MPEG-H Inside – 2D Video – Riding the Media Bits

The video coding layer of HEVC is based on the typical “hybrid” approach (inter- and intra-picture prediction and 2D transform coding) with some key differences that enhance compression. Figure 1 gives a high-level reference diagram

Figure 1 – HEVC encoder block diagram

Here is a list of the main technical elements and innovations.

Technology	Features
Coding Tree Units and Coding Tree Block structure	Instead of the macroblock Coding tree unit (CTU) consisting of coding tree blocks (CTBs) for luma and chroma. Luma CTB can have a size of16x16, 32×32, or 64×64 samples. CTBs are partitioned into coding blocks (CBs), signaled via a quadtree structure. Coding unit (CU) includes one luma CB and the two corresponding chroma CBs and associated syntax elements. Below the CU level: prediction units (PUs) and a tree of transform units (TUs). Inter/intra-picture encoding decision is made at the CU level.
Transform Units and Transform Blocks	The prediction residual is coded using block transforms. A transform unit (TU) tree structure has its root at the CU level, where the CBs may be further split into smaller transform blocks (TBs).

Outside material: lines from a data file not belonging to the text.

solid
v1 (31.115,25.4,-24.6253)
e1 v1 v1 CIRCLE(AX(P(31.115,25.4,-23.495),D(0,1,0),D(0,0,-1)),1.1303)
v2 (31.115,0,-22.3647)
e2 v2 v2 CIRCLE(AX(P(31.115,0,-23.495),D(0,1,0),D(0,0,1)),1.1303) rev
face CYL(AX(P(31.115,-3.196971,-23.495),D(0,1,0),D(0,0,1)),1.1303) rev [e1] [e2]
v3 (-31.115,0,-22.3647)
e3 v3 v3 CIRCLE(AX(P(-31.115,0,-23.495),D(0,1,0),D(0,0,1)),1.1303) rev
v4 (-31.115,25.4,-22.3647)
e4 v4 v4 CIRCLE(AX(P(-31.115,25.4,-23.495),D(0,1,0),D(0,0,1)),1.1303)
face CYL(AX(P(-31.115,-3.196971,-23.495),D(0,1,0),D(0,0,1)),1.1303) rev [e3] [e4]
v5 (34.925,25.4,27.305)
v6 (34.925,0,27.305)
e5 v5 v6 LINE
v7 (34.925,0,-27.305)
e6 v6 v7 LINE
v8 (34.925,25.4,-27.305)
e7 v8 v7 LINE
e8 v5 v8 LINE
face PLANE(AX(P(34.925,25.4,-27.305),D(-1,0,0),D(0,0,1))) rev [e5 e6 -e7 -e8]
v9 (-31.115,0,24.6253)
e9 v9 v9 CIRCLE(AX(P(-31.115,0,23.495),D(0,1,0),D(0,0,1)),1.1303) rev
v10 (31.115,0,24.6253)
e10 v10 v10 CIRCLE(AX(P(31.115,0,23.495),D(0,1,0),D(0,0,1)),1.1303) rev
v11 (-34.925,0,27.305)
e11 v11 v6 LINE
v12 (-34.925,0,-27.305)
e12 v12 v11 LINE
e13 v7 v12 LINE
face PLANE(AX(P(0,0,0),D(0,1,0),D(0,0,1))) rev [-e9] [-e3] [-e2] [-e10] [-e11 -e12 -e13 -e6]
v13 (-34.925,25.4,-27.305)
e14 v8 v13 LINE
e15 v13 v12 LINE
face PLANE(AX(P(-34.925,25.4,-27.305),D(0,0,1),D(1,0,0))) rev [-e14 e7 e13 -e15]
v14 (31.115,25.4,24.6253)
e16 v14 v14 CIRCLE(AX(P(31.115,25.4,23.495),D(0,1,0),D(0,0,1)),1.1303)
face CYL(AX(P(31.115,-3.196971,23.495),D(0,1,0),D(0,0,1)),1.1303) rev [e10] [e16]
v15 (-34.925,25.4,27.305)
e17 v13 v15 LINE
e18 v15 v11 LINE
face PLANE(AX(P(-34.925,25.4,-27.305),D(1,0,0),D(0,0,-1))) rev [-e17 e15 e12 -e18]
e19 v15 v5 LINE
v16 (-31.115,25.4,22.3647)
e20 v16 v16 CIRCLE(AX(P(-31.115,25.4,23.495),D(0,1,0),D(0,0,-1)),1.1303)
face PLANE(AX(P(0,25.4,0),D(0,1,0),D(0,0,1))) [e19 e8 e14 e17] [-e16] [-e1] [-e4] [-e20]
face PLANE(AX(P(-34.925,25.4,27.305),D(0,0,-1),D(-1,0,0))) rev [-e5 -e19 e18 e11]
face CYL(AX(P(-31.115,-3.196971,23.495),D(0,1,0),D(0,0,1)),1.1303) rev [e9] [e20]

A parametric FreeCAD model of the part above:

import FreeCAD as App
import Part
import Sketcher

V = App.Vector
Q = App.Units.Quantity


def add_polygon(sketch, points):
    """Adds a closed chain of lines whose ends are joined by coincident constraints."""
    first, n = sketch.GeometryCount, len(points)
    for a, b in zip(points, points[1:] + points[:1]):
        sketch.addGeometry(Part.LineSegment(App.Vector(*a, 0), App.Vector(*b, 0)), False)
    for i in range(n):
        sketch.addConstraint(Sketcher.Constraint("Coincident", first + i, 2, first + (i + 1) % n, 1))

doc = App.newDocument("Part")
body = doc.addObject("PartDesign::Body", "Body")

# Sketch on XZ plane
sketch1 = body.newObject("Sketcher::SketchObject", "Sketch")
sketch1.AttachmentSupport = (doc.getObject("XZ_Plane"), [""])
sketch1.MapMode = "FlatFace"
add_polygon(sketch1, [(-34.925, -27.305), (-34.925, 27.305), (34.925, 27.305), (34.925, -27.305)])  # lines 0-3
sketch1.addConstraint([
    Sketcher.Constraint("Vertical", 0),
    Sketcher.Constraint("Horizontal", 1),
    Sketcher.Constraint("Vertical", 2),
    Sketcher.Constraint("Horizontal", 3),
    Sketcher.Constraint("Symmetric", 0, 2, 2, 2, -1, 1),
    Sketcher.Constraint("DistanceX", 1, 1, 1, 2, Q("2.75 in")),
    Sketcher.Constraint("DistanceY", 0, 1, 0, 2, Q("2.15 in")),
])
pad1 = body.newObject("PartDesign::Pad", "Pad")
pad1.Profile = sketch1
pad1.Length = Q("1 in")
pad1.Reversed = True

# Sketch on XZ plane
sketch2 = body.newObject("Sketcher::SketchObject", "Sketch001")
sketch2.AttachmentSupport = (doc.getObject("XZ_Plane"), [""])
sketch2.MapMode = "FlatFace"
sketch2.AttachmentOffset = App.Placement(V(0, 0, -1 * 25.4), App.Rotation())
sketch2.addGeometry([
    Part.Circle(V(-31.115, -23.495, 0), V(0, 0, 1), 1.1303),
    Part.Circle(V(31.115, -23.495, 0), V(0, 0, 1), 1.1303),
    Part.Circle(V(31.115, 23.495, 0), V(0, 0, 1), 1.1303),
    Part.Circle(V(-31.115, 23.495, 0), V(0, 0, 1), 1.1303),
], False)
sketch2.addConstraint([
    Sketcher.Constraint("Equal", 0, 1),
    Sketcher.Constraint("Equal", 1, 2),
    Sketcher.Constraint("Equal", 2, 3),
    Sketcher.Constraint("Symmetric", 0, 3, 2, 3, -1, 1),
    Sketcher.Constraint("Symmetric", 1, 3, 3, 3, -1, 1),
    Sketcher.Constraint("Symmetric", 0, 3, 1, 3, -2),
    Sketcher.Constraint("Diameter", 0, Q("0.089 in")),
    Sketcher.Constraint("DistanceX", 0, 3, 1, 3, Q("2.45 in")),
    Sketcher.Constraint("DistanceY", 1, 3, 2, 3, Q("1.85 in")),
])
pocket1 = body.newObject("PartDesign::Pocket", "Pocket")
pocket1.Profile = sketch2
pocket1.Length = Q("1 in")
pocket1.Reversed = True

doc.recompute()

Integer basis functions approximating the discrete cosine transform (DCT) are defined for dyadic TB sizes from 4×4 to 32×32. For the 4×4 transform of intra-picture prediction residuals, an integer transform derived from the discrete sine transform (DST) is additionally specified.
Motion compensation	Quarter-sample precision, 7-tap or 8-tap filters for interpolation of any fractional-sample positions.
Intra-picture prediction	Decoded boundary samples from adjacent blocks are used as prediction reference data for spatial prediction in PB regions when inter-picture prediction is not performed.
Entropy coding	Five generic binarisation schemes for symbol encoding; specification of which of these is applied to each type of syntax element. Context-adaptive binary arithmetic coding (CABAC) used for entropy coding.
In-loop filtering	One or two filtering stages optionally applied (within the inter-picture prediction loop) before writing the reconstructed picture into the decoded picture buffer. A deblocking filter (DBF) is also used.
Slices, tiles and wavefronts	A slice is a series of CTUs that can be decoded independently from other slices of the same picture (except for in-loop filtering of the edges of the slice, and except for the case of “dependent slices” as described below). To enable parallel processing and localized access to picture regions, the encoder can partition a picture into rectangular regions called tiles.
High-level syntax	Above the coding layer, many of the high-level syntax features of AVC have been retained or extended. Important elements of high-level syntax are specifications of access structures, management of coded and decoded picture buffers, signaling of video usability information (VUI) and supplemental enhancement information (SEI).
Extended format and quality ranges	4:2:0, 4:2:2 and 4:4:4color sampling; components represented by a maximum bit depth up to 16
Multi-view and scalable coding	the high-level syntax has sophisticated layering mechanisms allowing to establish hierarchical bitstream structures. This supports stereo/multi-view coding, where a decoder of a dependent view can refer to previously decoded pictures from another view

The performance of HEVC was verified for a range of video sequences not used during the development of the standard. For all more than a 50 % bit rate savings was observed – with an average of 60 % for the high quality range.